An sich geht die zweite Variante auch ja, man muss nur bei Überlaufen aufpassen, in den meisten Fällen sind die Werte aber nicht zu unterschiedlich.
Zu deinen anderen Fragen, findest du sicherlich etwas in deinen Java-Büchern, oder du liest das Kapitel in der Insel:
Galileo Computing :: Java ist auch eine Insel (8. Auflage) – 12.4 Vergleichen von Objekten

Wenn du dann noch konkrete Fragen hast, kannst du die ja nochmal aufzeigen


----------



## real (14. Nov 2010)

Danke für die schnelle Antwort!

Meine konkrete Frage: In der Main Methode nutze ich die Funktion Collections.sort, da ich ja meine Arrays aufsteigend sortieren möchte. Für was muss ich dann überhaupt die Funktion compareTo in der anderen Klasse deklarieren? (ich sehe noch keinen Zusammenhang zwischen den beiden Funktionen!)

Bitte um eine Erklärung!


----------



## eRaaaa (14. Nov 2010)

Die Methode sort muss ja schließlich wissen wie sie sortieren soll. Woher soll die Methode denn wissen, welcher Student nun eine höhere Ordnung hat als ein anderer? Könnte ja schließlich sein, dass du sagst, die Matrikelnr ist entscheidend, das Alter, die Zensur or whatever..und dann eben auch aufsteigend/absteigend etc.  
compareTo gibt eben eine natürliche Ordnung vor, wenn du noch andere definieren willst wäre der Comparator eine Alternative.


----------



## Marcinek (14. Nov 2010)

Du hast 2 Elemente A und B

Wenn du das alphabetisch sorierst, dann kommt B nach A

compareTO()

entscheidet ob das A links oder Rechts von B liegt oder ob es die gleiche Position hat.

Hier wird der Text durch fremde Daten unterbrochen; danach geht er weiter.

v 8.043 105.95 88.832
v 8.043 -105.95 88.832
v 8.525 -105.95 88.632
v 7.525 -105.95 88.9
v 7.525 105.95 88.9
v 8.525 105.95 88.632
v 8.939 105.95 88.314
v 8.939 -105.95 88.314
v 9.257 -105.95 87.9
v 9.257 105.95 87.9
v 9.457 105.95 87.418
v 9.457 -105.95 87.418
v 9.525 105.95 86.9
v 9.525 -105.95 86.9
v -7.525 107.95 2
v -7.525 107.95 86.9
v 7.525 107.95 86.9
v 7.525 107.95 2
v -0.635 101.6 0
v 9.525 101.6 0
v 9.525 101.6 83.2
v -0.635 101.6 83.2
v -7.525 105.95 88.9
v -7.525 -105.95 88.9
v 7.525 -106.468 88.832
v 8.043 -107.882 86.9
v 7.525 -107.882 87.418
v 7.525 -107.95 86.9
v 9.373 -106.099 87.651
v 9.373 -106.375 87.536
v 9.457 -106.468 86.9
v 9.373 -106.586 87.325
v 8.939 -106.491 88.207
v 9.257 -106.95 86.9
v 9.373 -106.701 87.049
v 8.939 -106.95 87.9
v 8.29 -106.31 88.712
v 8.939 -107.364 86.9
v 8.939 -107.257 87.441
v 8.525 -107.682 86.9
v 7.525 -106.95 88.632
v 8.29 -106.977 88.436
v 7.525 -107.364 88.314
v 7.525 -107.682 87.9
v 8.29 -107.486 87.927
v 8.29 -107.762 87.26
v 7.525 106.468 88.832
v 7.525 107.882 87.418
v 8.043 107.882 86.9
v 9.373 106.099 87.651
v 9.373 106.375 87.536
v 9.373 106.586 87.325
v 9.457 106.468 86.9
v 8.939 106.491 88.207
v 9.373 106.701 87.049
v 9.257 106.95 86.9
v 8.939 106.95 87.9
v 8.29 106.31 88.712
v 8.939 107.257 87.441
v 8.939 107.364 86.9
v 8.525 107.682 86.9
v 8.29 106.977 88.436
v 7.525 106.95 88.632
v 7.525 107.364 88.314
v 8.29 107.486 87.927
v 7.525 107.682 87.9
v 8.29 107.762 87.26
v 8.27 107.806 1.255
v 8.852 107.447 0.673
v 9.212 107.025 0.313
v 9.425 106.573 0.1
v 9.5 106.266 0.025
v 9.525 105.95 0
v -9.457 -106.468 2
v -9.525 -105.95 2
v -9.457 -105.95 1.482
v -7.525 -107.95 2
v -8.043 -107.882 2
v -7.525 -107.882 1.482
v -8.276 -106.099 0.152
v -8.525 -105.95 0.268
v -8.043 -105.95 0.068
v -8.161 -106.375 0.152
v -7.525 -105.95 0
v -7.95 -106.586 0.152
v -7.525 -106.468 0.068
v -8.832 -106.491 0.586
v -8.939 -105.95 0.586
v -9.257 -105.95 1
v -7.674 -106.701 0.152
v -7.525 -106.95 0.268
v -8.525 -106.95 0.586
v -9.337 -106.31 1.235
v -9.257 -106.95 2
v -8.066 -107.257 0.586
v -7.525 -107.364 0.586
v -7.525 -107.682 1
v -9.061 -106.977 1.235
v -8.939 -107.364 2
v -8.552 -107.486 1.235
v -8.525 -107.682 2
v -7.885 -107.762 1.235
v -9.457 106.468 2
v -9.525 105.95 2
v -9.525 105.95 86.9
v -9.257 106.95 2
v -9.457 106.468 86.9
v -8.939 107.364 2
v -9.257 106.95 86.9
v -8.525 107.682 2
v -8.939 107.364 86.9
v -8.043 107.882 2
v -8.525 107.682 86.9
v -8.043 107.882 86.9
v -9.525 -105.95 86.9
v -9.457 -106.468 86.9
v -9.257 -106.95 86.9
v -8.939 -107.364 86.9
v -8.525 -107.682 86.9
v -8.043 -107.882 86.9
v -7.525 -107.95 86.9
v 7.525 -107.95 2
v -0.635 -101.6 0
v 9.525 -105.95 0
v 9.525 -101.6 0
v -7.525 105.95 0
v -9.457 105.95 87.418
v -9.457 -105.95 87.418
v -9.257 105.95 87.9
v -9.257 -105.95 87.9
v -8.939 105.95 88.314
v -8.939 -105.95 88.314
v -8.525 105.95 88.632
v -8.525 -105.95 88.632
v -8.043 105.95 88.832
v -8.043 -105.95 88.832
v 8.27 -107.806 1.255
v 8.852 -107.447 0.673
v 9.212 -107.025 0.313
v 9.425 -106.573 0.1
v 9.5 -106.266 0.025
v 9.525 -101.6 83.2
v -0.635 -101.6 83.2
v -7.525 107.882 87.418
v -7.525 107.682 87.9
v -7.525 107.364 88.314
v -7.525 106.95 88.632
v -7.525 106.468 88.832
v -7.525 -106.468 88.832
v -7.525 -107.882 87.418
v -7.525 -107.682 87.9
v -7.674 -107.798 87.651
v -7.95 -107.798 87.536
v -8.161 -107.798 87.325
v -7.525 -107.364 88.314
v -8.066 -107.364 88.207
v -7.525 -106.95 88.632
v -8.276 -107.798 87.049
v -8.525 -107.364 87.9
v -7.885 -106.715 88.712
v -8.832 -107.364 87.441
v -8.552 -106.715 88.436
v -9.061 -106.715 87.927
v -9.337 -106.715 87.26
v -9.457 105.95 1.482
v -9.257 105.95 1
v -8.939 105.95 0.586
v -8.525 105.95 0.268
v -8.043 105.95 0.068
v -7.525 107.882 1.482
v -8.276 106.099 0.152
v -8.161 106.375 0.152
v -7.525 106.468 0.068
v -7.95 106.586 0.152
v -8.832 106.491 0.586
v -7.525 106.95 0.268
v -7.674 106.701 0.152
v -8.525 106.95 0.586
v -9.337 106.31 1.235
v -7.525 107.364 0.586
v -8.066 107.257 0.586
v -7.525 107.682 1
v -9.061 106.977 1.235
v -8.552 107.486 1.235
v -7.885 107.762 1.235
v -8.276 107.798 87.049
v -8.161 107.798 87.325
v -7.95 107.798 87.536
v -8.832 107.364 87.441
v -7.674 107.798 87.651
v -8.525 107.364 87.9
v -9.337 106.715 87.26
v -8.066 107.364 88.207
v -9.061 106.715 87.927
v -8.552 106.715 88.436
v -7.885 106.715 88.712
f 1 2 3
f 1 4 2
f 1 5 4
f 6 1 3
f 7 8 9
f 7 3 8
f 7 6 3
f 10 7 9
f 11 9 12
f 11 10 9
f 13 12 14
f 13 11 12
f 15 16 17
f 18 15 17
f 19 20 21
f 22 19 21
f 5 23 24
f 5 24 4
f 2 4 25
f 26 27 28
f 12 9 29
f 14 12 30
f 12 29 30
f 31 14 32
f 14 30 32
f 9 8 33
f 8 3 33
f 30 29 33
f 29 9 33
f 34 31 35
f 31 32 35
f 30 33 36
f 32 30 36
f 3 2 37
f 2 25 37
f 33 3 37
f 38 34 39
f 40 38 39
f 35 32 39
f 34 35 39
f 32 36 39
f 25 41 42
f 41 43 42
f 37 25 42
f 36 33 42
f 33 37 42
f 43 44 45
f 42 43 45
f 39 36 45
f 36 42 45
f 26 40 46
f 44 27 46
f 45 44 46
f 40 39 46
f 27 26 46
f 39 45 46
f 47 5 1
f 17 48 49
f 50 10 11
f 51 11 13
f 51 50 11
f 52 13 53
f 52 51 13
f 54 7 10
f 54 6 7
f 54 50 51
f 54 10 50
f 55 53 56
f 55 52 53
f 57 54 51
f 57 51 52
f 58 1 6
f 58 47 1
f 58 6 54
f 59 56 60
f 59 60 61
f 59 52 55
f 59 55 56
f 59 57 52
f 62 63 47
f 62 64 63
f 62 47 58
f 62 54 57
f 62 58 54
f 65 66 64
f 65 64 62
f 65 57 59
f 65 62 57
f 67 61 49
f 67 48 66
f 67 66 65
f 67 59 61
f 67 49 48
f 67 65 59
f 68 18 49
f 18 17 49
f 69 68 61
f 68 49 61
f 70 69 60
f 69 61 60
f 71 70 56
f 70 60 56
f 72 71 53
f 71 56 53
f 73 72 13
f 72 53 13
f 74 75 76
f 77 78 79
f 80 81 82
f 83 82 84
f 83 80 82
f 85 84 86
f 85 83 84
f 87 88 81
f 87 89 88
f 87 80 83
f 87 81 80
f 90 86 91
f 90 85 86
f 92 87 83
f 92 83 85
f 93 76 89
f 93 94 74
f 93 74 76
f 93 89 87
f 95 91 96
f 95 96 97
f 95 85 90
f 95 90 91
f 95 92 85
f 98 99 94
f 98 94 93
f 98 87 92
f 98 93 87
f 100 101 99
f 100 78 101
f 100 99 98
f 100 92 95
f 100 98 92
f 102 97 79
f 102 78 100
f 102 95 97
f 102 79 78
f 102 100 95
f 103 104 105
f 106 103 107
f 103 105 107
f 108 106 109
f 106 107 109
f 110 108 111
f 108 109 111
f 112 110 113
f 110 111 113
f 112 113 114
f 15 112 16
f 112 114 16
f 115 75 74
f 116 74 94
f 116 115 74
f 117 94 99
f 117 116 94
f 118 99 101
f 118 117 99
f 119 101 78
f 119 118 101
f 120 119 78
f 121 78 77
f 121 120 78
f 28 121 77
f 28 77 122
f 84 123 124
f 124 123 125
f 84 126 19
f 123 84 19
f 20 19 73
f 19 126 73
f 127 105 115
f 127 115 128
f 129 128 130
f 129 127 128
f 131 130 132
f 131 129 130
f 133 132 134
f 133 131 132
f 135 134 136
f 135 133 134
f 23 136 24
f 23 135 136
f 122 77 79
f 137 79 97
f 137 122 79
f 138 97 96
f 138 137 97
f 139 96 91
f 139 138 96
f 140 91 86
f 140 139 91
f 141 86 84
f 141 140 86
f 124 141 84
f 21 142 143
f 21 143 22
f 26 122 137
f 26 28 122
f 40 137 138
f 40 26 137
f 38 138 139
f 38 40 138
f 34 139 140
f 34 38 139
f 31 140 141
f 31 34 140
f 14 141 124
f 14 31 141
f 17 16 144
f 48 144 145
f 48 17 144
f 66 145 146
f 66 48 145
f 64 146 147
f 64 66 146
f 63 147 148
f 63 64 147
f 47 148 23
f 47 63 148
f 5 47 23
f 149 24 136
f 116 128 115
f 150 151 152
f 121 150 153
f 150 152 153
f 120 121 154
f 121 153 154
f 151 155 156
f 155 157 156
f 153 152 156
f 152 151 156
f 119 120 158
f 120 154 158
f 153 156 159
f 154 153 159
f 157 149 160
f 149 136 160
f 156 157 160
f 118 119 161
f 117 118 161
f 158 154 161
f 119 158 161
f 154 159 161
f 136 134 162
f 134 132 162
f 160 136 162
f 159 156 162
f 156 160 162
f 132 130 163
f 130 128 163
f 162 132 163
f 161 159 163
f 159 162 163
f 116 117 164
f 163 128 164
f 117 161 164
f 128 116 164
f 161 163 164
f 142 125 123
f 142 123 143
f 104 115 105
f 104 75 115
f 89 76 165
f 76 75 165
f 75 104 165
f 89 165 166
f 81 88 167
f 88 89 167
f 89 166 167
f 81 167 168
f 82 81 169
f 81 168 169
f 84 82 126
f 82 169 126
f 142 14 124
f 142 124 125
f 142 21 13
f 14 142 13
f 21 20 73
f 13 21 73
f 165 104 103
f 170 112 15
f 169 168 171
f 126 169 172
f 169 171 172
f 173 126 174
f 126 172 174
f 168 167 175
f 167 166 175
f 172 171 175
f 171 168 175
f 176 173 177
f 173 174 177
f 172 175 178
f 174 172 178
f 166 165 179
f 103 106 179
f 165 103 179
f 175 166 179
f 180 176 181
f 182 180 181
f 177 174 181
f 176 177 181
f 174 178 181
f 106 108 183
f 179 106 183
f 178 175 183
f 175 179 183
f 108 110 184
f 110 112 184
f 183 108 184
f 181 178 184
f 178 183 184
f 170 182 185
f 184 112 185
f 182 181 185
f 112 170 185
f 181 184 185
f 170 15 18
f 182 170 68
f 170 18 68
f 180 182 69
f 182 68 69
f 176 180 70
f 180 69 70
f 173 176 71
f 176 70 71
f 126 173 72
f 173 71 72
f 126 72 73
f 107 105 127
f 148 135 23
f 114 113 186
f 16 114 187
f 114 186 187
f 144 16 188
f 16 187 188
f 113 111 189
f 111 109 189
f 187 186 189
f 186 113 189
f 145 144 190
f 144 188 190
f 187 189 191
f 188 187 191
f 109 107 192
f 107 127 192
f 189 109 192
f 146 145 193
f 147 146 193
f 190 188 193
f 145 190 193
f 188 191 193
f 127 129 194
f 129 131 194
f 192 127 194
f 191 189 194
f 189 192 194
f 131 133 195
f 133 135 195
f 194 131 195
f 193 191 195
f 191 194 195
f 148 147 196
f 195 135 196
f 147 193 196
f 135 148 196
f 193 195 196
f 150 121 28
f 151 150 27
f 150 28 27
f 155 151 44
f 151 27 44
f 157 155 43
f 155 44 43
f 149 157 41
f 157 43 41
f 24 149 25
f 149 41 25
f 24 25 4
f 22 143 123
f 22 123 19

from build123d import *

# Parameters (mm, degrees)
F0_W     = 19.05
F0_H     = 215.9
F1_DEPTH = 88.9
F2_W     = 203.2
F2_H     = 83.2
F3_DEPTH = 10.16
F4_R     = 2


# Not quite as in the source:
# - a feature names something its author has since deleted; it is built from what else it names


with BuildPart() as f1:
    # F0 (on Top) → F1 (new body)
    with BuildSketch(Plane.XY):
        Rectangle(F0_W, F0_H)
    extrude(amount=F1_DEPTH)

    # F2 (on face) → F3 (cut)
    with BuildSketch(Plane.YZ.offset(9.525)):
        with Locations((0, 41.6)):
            Rectangle(F2_W, F2_H)
    extrude(amount=-F3_DEPTH, mode=Mode.SUBTRACT)

    # F4
    f4_edges = [f1.edges().sort_by_distance(p)[0] for p in [
        (-9.525, 0, 88.9),
        (0, -107.95, 88.9),
        (-9.525, -107.95, 44.45),
        (-9.525, 107.95, 44.45),
        (0, 107.95, 88.9),
        (9.525, 0, 88.9),
        (9.525, -107.95, 44.45),
        (9.525, 107.95, 44.45),
        (-9.525, 0, 0),
        (0, 107.95, 0),
        (0, -107.95, 0),
    ]]
    fillet(f4_edges, radius=F4_R)


solid = f1.part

Das geht nun für Strings  nach dem alphabet.

Aber du kannst auch komplexe Datenstrukturen haben, wie Person mit name und alter.

Wenn du nun sagen willst, das nach alter sortiert werden soll, dann muss Person das Interface Compareable implementierten. Und da drin muss man sagen wann Person 1 vor Person 2 steht.


----------



## moccajoghurt (14. Nov 2010)

Mit dieser compareTO()-Funktion wird das Alter deines im Paramterübergeben Objektes mit dem Alter des Objektes, mit dem du die Funktion aufrufst verglichen.

Entweder du erhälst (bei Gleichheit) den Wert 0, den Wert 1 (wenn das aktuelle Objekt größer, als das übergebene ist), oder den Wert -1 (wenn das übergebene Objekt äter ist).

Mithilfe dieses Vergleiches, kannst du für jedes Student-Objekt herausfinden ob es älter als ein x-beliebiges ist. Um dann letztlich zu sortieren, brauchst du nochmal eine extra Schleife, die das mithilfe deiner Funktion tut.


----------